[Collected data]
--------------------

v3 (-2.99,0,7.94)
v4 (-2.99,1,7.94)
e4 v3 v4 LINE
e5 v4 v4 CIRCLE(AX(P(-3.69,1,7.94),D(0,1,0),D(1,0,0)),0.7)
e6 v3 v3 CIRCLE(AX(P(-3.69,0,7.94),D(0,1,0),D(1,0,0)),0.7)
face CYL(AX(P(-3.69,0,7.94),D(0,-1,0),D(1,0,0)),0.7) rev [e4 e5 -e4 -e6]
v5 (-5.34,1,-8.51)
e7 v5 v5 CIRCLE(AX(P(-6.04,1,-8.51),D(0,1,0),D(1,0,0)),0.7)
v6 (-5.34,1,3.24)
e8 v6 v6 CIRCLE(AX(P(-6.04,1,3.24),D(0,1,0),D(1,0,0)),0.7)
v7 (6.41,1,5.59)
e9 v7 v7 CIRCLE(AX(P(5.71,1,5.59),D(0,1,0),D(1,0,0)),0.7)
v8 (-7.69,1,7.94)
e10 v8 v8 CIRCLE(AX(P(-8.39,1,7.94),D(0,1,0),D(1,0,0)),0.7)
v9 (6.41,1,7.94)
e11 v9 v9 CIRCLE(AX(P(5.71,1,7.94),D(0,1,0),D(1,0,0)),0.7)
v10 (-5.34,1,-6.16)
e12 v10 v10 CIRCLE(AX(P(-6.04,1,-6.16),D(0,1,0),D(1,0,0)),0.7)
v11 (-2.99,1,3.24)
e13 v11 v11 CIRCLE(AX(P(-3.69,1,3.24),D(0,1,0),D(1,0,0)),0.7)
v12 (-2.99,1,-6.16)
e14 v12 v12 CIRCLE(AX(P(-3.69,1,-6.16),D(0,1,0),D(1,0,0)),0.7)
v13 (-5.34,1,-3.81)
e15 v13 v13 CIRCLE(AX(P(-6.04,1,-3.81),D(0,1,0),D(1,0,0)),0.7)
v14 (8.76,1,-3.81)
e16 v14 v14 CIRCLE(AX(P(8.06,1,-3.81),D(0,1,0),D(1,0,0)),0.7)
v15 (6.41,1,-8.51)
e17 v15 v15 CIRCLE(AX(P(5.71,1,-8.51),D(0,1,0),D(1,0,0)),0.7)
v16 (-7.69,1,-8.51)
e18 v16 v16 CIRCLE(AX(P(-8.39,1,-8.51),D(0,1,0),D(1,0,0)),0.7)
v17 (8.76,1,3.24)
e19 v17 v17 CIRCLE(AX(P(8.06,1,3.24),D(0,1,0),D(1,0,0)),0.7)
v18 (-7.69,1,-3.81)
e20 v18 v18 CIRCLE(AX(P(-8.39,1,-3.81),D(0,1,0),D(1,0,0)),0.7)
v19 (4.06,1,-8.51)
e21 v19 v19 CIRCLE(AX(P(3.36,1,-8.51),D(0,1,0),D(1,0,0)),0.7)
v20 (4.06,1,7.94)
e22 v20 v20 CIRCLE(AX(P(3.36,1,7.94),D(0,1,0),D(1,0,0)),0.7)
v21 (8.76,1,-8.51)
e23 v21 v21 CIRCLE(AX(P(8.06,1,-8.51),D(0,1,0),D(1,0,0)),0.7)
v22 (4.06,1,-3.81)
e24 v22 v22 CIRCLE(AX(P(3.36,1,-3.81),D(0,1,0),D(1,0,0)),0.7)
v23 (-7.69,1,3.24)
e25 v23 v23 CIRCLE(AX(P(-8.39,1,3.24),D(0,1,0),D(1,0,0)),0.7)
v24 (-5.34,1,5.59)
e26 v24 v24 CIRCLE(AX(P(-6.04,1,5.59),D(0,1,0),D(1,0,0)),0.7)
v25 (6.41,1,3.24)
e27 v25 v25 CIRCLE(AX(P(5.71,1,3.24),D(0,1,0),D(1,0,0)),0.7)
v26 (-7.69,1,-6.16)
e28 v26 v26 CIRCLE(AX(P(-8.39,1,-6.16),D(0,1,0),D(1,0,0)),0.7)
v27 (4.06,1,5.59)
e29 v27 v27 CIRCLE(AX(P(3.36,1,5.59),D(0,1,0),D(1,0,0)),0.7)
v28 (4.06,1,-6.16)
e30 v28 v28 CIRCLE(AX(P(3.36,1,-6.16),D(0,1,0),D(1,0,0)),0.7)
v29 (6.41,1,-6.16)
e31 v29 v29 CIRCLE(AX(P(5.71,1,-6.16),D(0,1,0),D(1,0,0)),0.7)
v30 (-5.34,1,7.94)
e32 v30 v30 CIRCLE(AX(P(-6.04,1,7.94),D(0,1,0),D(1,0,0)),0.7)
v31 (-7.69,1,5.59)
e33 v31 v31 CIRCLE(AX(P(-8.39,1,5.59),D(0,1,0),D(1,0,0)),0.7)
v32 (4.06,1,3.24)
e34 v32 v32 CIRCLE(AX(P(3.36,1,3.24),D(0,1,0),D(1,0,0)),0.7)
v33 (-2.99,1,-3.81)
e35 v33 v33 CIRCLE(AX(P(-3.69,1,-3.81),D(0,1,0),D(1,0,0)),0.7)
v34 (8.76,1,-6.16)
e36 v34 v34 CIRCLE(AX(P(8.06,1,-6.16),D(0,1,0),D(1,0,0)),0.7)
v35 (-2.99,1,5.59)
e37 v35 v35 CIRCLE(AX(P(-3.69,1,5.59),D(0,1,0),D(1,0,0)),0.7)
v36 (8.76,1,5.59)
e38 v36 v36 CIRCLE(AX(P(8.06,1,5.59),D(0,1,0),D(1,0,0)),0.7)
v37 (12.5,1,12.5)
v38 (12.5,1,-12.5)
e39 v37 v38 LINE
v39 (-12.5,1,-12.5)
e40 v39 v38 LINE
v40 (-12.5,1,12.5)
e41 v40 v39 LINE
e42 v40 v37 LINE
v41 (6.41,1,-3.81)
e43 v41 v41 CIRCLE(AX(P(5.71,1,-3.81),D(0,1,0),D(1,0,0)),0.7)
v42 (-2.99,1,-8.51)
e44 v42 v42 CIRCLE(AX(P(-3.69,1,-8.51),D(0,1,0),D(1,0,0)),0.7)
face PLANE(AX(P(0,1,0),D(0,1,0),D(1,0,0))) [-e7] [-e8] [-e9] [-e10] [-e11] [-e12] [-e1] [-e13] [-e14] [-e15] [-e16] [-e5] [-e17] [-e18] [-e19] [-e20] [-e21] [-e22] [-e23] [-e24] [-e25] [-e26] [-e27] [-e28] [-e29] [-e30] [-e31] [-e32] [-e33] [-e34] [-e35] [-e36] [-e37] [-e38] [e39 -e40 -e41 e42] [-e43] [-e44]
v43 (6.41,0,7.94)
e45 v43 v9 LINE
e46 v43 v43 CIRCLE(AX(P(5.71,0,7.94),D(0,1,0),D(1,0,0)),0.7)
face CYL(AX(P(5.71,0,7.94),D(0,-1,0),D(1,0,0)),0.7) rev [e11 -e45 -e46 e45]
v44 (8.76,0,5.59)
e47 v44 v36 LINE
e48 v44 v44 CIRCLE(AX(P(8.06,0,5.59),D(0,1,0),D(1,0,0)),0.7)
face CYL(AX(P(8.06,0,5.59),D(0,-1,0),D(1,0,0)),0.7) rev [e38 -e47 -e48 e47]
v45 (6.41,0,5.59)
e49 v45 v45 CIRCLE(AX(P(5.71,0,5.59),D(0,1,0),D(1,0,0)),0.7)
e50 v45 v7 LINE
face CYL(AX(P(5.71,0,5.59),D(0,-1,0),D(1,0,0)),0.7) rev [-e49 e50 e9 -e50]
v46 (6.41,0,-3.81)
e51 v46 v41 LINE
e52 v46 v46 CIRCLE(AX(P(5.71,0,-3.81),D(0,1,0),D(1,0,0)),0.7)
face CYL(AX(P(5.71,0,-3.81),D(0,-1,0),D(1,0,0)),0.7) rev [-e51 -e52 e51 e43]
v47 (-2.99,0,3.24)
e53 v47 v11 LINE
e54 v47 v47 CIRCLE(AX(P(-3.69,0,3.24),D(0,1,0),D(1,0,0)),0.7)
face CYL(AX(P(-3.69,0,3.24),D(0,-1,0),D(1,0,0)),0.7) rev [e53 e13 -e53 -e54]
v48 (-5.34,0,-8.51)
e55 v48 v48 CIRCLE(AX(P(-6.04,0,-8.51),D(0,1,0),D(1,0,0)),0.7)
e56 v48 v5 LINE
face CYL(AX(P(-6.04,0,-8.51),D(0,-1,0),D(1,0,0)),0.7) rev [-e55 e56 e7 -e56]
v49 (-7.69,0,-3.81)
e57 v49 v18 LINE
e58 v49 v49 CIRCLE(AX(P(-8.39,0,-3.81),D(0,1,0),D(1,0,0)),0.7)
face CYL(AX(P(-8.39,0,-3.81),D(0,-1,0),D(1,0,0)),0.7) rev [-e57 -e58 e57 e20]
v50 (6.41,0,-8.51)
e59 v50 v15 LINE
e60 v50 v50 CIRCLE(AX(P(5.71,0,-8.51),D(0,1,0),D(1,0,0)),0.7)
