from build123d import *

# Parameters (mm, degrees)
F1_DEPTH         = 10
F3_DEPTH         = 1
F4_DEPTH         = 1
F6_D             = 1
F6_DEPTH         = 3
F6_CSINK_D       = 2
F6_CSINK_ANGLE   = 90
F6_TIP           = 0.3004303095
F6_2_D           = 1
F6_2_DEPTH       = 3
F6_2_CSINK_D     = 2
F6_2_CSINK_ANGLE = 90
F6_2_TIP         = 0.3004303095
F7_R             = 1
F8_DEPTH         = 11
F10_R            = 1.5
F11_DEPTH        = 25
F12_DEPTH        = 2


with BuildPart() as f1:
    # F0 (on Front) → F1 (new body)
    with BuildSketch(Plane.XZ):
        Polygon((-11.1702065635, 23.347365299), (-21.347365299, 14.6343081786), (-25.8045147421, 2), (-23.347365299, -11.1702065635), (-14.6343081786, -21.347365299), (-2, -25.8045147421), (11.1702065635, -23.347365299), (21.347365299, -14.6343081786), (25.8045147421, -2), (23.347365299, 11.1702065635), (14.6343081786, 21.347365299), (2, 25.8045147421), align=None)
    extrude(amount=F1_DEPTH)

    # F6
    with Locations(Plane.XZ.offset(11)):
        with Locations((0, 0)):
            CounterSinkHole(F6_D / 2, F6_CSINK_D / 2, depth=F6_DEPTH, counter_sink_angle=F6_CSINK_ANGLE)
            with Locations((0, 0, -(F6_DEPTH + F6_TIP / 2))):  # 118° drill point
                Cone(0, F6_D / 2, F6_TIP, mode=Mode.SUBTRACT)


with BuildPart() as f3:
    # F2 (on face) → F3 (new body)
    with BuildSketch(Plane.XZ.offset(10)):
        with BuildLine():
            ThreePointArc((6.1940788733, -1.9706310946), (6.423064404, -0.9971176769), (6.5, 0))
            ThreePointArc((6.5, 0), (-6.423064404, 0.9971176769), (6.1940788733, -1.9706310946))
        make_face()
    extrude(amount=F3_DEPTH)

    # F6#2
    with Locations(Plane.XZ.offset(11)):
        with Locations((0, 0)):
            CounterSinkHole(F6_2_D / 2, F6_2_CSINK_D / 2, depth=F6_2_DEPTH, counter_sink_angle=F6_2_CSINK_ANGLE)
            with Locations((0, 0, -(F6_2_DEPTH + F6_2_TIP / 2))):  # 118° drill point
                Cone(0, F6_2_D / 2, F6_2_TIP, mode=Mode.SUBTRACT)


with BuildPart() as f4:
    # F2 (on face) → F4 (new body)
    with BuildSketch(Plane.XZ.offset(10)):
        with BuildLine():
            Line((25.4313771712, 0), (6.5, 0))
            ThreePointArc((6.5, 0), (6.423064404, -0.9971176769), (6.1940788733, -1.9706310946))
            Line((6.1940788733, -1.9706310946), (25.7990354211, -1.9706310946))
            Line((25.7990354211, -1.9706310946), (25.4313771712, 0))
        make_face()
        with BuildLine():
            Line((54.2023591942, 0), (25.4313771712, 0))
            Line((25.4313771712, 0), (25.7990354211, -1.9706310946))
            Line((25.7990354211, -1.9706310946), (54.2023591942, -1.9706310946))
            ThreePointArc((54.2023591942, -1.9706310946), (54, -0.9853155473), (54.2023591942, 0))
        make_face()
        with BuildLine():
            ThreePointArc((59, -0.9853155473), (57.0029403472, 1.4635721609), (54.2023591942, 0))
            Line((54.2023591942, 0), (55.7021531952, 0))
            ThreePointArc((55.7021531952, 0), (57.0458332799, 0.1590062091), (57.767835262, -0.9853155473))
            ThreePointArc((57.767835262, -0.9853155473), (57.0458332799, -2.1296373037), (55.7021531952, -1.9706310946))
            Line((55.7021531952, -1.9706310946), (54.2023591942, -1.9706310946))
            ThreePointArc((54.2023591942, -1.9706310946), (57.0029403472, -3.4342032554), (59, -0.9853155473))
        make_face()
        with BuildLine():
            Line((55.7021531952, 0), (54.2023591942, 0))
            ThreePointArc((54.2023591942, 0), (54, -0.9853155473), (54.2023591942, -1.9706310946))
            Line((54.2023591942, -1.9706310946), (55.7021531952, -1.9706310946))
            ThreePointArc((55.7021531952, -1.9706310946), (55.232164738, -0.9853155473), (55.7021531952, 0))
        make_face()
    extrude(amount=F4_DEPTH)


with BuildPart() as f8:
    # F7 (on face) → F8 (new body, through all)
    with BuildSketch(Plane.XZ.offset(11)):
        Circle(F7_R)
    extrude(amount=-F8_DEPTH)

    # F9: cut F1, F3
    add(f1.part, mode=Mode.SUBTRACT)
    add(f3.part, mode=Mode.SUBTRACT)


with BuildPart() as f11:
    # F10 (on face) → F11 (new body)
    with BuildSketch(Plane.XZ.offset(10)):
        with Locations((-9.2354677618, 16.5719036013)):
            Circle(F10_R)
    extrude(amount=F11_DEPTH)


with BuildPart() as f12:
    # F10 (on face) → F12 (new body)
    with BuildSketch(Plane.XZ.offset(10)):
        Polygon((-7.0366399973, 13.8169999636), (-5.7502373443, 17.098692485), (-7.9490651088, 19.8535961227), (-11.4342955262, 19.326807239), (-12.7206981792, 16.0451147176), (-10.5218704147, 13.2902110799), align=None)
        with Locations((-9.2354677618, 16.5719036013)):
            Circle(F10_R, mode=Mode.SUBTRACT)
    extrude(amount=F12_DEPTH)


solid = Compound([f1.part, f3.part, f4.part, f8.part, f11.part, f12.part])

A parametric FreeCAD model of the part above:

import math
import FreeCAD as App
import Part
import Sketcher
from FreeCAD import Vector


def add_polygon(sketch, points):
    """Adds a closed chain of lines whose ends are joined by coincident constraints."""
    first, n = sketch.GeometryCount, len(points)
    for a, b in zip(points, points[1:] + points[:1]):
        sketch.addGeometry(Part.LineSegment(App.Vector(*a, 0), App.Vector(*b, 0)), False)
    for i in range(n):
        sketch.addConstraint(Sketcher.Constraint("Coincident", first + i, 2, first + (i + 1) % n, 1))

doc = App.newDocument("Part")
params = doc.addObject("Spreadsheet::Sheet", "Params")
for row, (alias, value) in enumerate([
    ("pad1_length", "10 mm"),
    ("sketch2_diameter", "1 mm"),
    ("hole_diameter", "1 mm"),
    ("hole_depth", "3 mm"),
    ("hole_csink_diameter", "2 mm"),
    ("sketch3_radius", "6.5 mm"),
    ("pad2_length", "1 mm"),
    ("sketch4_diameter", "1 mm"),
    ("hole2_diameter", "1 mm"),
    ("hole2_depth", "3 mm"),
    ("hole2_csink_diameter", "2 mm"),
    ("sketch5_radius", "6.5 mm"),
    ("sketch5_radius2", "2.5 mm"),
    ("pad3_length", "1 mm"),
    ("sketch6_diameter", "2 mm"),
    ("pad4_length", "11 mm"),
    ("sketch7_diameter", "3 mm"),
    ("pad5_length", "25 mm"),
    ("sketch8_diameter", "3 mm"),
    ("pad6_length", "2 mm"),
], start=1):
    params.set(f"A{row}", alias)
    params.set(f"B{row}", "=" + value)
    params.setAlias(f"B{row}", alias)

body = doc.addObject("PartDesign::Body", "Body")

# Sketch on XZ plane
sketch1 = body.newObject("Sketcher::SketchObject", "Sketch")
sketch1.AttachmentSupport = (doc.getObject("XZ_Plane"), [""])
sketch1.MapMode = "FlatFace"
add_polygon(sketch1, [(-11.170207, 23.347365), (-21.347365, 14.634308), (-25.804515, 2), (-23.347365, -11.170207), (-14.634308, -21.347365), (-2, -25.804515), (11.170207, -23.347365), (21.347365, -14.634308), (25.804515, -2), (23.347365, 11.170207), (14.634308, 21.347365), (2, 25.804515)])  # lines 0-11
sketch1.addConstraint([
    Sketcher.Constraint("Symmetric", 0, 2, 6, 2, -1, 1),
    Sketcher.Constraint("Symmetric", 1, 2, 7, 2, -1, 1),
    Sketcher.Constraint("Symmetric", 2, 2, 8, 2, -1, 1),
    Sketcher.Constraint("Symmetric", 3, 2, 9, 2, -1, 1),
    Sketcher.Constraint("Symmetric", 4, 2, 10, 2, -1, 1),
    Sketcher.Constraint("Symmetric", 5, 2, 11, 2, -1, 1),
    Sketcher.Constraint("Perpendicular", 0, 3),
    Sketcher.Constraint("Perpendicular", 1, 4),
    Sketcher.Constraint("Perpendicular", 2, 5),
    Sketcher.Constraint("Equal", 0, 1),
    Sketcher.Constraint("Equal", 1, 2),
    Sketcher.Constraint("Equal", 2, 3),
    Sketcher.Constraint("Equal", 3, 4),
    Sketcher.Constraint("Equal", 4, 5),
    Sketcher.Constraint("DistanceY", -1, 1, 1, 2, 2.0),
    Sketcher.Constraint("DistanceX", 2, 2, 0, 2, 2.0),
    Sketcher.Constraint("DistanceY", 6, 2, 2, 2, 3.464102),
    Sketcher.Constraint("Distance", 0, 13.39746),
])
pad1 = body.newObject("PartDesign::Pad", "Pad")
pad1.Profile = sketch1
pad1.setExpression("Length", "Params.pad1_length")

# Sketch on XZ plane
sketch2 = body.newObject("Sketcher::SketchObject", "Sketch001")
sketch2.AttachmentSupport = (doc.getObject("XZ_Plane"), [""])
sketch2.MapMode = "FlatFace"
sketch2.AttachmentOffset = App.Placement(Vector(0, 0, 11), App.Rotation())
sketch2.addGeometry(Part.Circle(Vector(0, 0, 0), Vector(0, 0, 1), 0.5), False)
sketch2.addConstraint([
    Sketcher.Constraint("Coincident", 0, 3, -1, 1),
    Sketcher.Constraint("Diameter", 0, 1.0),
])
sketch2.setExpression("Constraints[1]", "Params.sketch2_diameter")
doc.recompute()
hole = body.newObject("PartDesign::Hole", "Hole")
hole.Profile = sketch2
hole.ThreadType = "None"
hole.setExpression("Diameter", "Params.hole_diameter")
hole.DepthType = "Dimension"
hole.setExpression("Depth", "Params.hole_depth")
hole.DrillPoint = "Angled"
hole.DrillPointAngle = 118
hole.HoleCutType = "Countersink"
hole.setExpression("HoleCutDiameter", "Params.hole_csink_diameter")
hole.HoleCutCountersinkAngle = 90
body2 = doc.addObject("PartDesign::Body", "Body001")

# Sketch on XZ plane
sketch3 = body2.newObject("Sketcher::SketchObject", "Sketch002")
sketch3.AttachmentSupport = (doc.getObject("XZ_Plane001"), [""])
sketch3.MapMode = "FlatFace"
sketch3.AttachmentOffset = App.Placement(Vector(0, 0, 10), App.Rotation())
sketch3.addGeometry([
    Part.ArcOfCircle(Part.Circle(Vector(0, 0, 0), Vector(0, 0, 1), 6.5), math.radians(-17.648342), math.radians(0)),
    Part.ArcOfCircle(Part.Circle(Vector(0, 0, 0), Vector(0, 0, 1), 6.5), math.radians(0), math.radians(342.351658)),
], False)
sketch3.addConstraint([
    Sketcher.Constraint("Tangent", 0, 1, 1, 2),
    Sketcher.Constraint("Coincident", 1, 1, 0, 2),
    Sketcher.Constraint("Coincident", 0, 3, -1, 1),
    Sketcher.Constraint("PointOnObject", 1, 1, -1),
    Sketcher.Constraint("Radius", 0, 6.5),
    Sketcher.Constraint("DistanceX", -1, 1, 0, 1, 6.194079),
])
sketch3.setExpression("Constraints[4]", "Params.sketch3_radius")
pad2 = body2.newObject("PartDesign::Pad", "Pad001")
pad2.Profile = sketch3
pad2.setExpression("Length", "Params.pad2_length")

# Sketch on XZ plane
sketch4 = body2.newObject("Sketcher::SketchObject", "Sketch003")
sketch4.AttachmentSupport = (doc.getObject("XZ_Plane001"), [""])
sketch4.MapMode = "FlatFace"
sketch4.AttachmentOffset = App.Placement(Vector(0, 0, 11), App.Rotation())
sketch4.addGeometry(Part.Circle(Vector(0, 0, 0), Vector(0, 0, 1), 0.5), False)
sketch4.addConstraint([
    Sketcher.Constraint("Coincident", 0, 3, -1, 1),
    Sketcher.Constraint("Diameter", 0, 1.0),
])
sketch4.setExpression("Constraints[1]", "Params.sketch4_diameter")
doc.recompute()
hole2 = body2.newObject("PartDesign::Hole", "Hole001")
hole2.Profile = sketch4
hole2.ThreadType = "None"
hole2.setExpression("Diameter", "Params.hole2_diameter")
hole2.DepthType = "Dimension"
hole2.setExpression("Depth", "Params.hole2_depth")
hole2.DrillPoint = "Angled"
hole2.DrillPointAngle = 118
hole2.HoleCutType = "Countersink"
hole2.setExpression("HoleCutDiameter", "Params.hole2_csink_diameter")
hole2.HoleCutCountersinkAngle = 90
body3 = doc.addObject("PartDesign::Body", "Body002")

# Sketch on XZ plane
sketch5 = body3.newObject("Sketcher::SketchObject", "Sketch004")
sketch5.AttachmentSupport = (doc.getObject("XZ_Plane002"), [""])
sketch5.MapMode = "FlatFace"
sketch5.AttachmentOffset = App.Placement(Vector(0, 0, 10), App.Rotation())
sketch5.addGeometry([
    Part.ArcOfCircle(Part.Circle(Vector(0, 0, 0), Vector(0, 0, 1), 6.5), math.radians(-17.648342), math.radians(0)),  # 0
    Part.LineSegment(Vector(6.194079, -1.970631, 0), Vector(54.202359, -1.970631, 0)),  # 1
    Part.ArcOfCircle(Part.Circle(Vector(56.5, -0.985316, 0), Vector(0, 0, 1), 2.5), math.radians(-156.78851), math.radians(0)),  # 2
    Part.ArcOfCircle(Part.Circle(Vector(56.5, -0.985316, 0), Vector(0, 0, 1), 2.5), math.radians(0), math.radians(156.78851)),  # 3
    Part.LineSegment(Vector(54.202359, 0, 0), Vector(6.5, 0, 0)),  # 4
    Part.ArcOfCircle(Part.Circle(Vector(56.5, -0.985316, 0), Vector(0, 0, 1), 1.267835), math.radians(128.998385), math.radians(231.001615)),  # 5
    Part.ArcOfCircle(Part.Circle(Vector(56.5, -0.985316, 0), Vector(0, 0, 1), 1.267835), math.radians(0), math.radians(128.998385)),  # 6
    Part.ArcOfCircle(Part.Circle(Vector(56.5, -0.985316, 0), Vector(0, 0, 1), 1.267835), math.radians(-128.998385), math.radians(0)),  # 7
], False)
sketch5.addConstraint([
    Sketcher.Constraint("Coincident", 0, 1, 1, 1),
    Sketcher.Constraint("Coincident", 1, 2, 2, 1),
    Sketcher.Constraint("Tangent", 2, 2, 3, 1),
    Sketcher.Constraint("Coincident", 3, 2, 4, 1),
    Sketcher.Constraint("Coincident", 4, 2, 0, 2),
    Sketcher.Constraint("Tangent", 5, 1, 6, 2),
    Sketcher.Constraint("Tangent", 6, 1, 7, 2),
    Sketcher.Constraint("Tangent", 7, 1, 5, 2),
    Sketcher.Constraint("Horizontal", 1),
    Sketcher.Constraint("Horizontal", 4),
    Sketcher.Constraint("Coincident", 0, 3, -1, 1),
    Sketcher.Constraint("Coincident", 5, 3, 2, 3),
    Sketcher.Constraint("Equal", 2, 3),
    Sketcher.Constraint("PointOnObject", 3, 2, -1),
    Sketcher.Constraint("PointOnObject", 5, 1, -1),
    Sketcher.Constraint("Horizontal", 7, 3, 2, 2),
    Sketcher.Constraint("Horizontal", 2, 2, 6, 1),
    Sketcher.Constraint("Horizontal", 1, 2, 7, 1),
    Sketcher.Constraint("Vertical", 1, 2, 3, 2),
    Sketcher.Constraint("Radius", 0, 6.5),
    Sketcher.Constraint("Radius", 2, 2.5),
    Sketcher.Constraint("DistanceX", -1, 1, 2, 2, 59.0),
    Sketcher.Constraint("Radius", 5, 1.267835),
    Sketcher.Constraint("DistanceX", 1, 1, 1, 2, 48.00828),
])
sketch5.setExpression("Constraints[19]", "Params.sketch5_radius")
sketch5.setExpression("Constraints[20]", "Params.sketch5_radius2")
pad3 = body3.newObject("PartDesign::Pad", "Pad002")
pad3.Profile = sketch5
pad3.setExpression("Length", "Params.pad3_length")
body4 = doc.addObject("PartDesign::Body", "Body003")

--------------------

EXERCISE PROMPT
Using the entries above, repeat only the lines from the one containing "e8 v6 v6 CIRCLE(AX(P(-6.04,1,3.24),D(0,1,0),D(1,0,0)),0.7)" through the one containing "v12 (-2.99,1,-6.16)", end lines included.

RESPONSE TO THE TASK
e8 v6 v6 CIRCLE(AX(P(-6.04,1,3.24),D(0,1,0),D(1,0,0)),0.7)
v7 (6.41,1,5.59)
e9 v7 v7 CIRCLE(AX(P(5.71,1,5.59),D(0,1,0),D(1,0,0)),0.7)
v8 (-7.69,1,7.94)
e10 v8 v8 CIRCLE(AX(P(-8.39,1,7.94),D(0,1,0),D(1,0,0)),0.7)
v9 (6.41,1,7.94)
e11 v9 v9 CIRCLE(AX(P(5.71,1,7.94),D(0,1,0),D(1,0,0)),0.7)
v10 (-5.34,1,-6.16)
e12 v10 v10 CIRCLE(AX(P(-6.04,1,-6.16),D(0,1,0),D(1,0,0)),0.7)
v11 (-2.99,1,3.24)
e13 v11 v11 CIRCLE(AX(P(-3.69,1,3.24),D(0,1,0),D(1,0,0)),0.7)
v12 (-2.99,1,-6.16)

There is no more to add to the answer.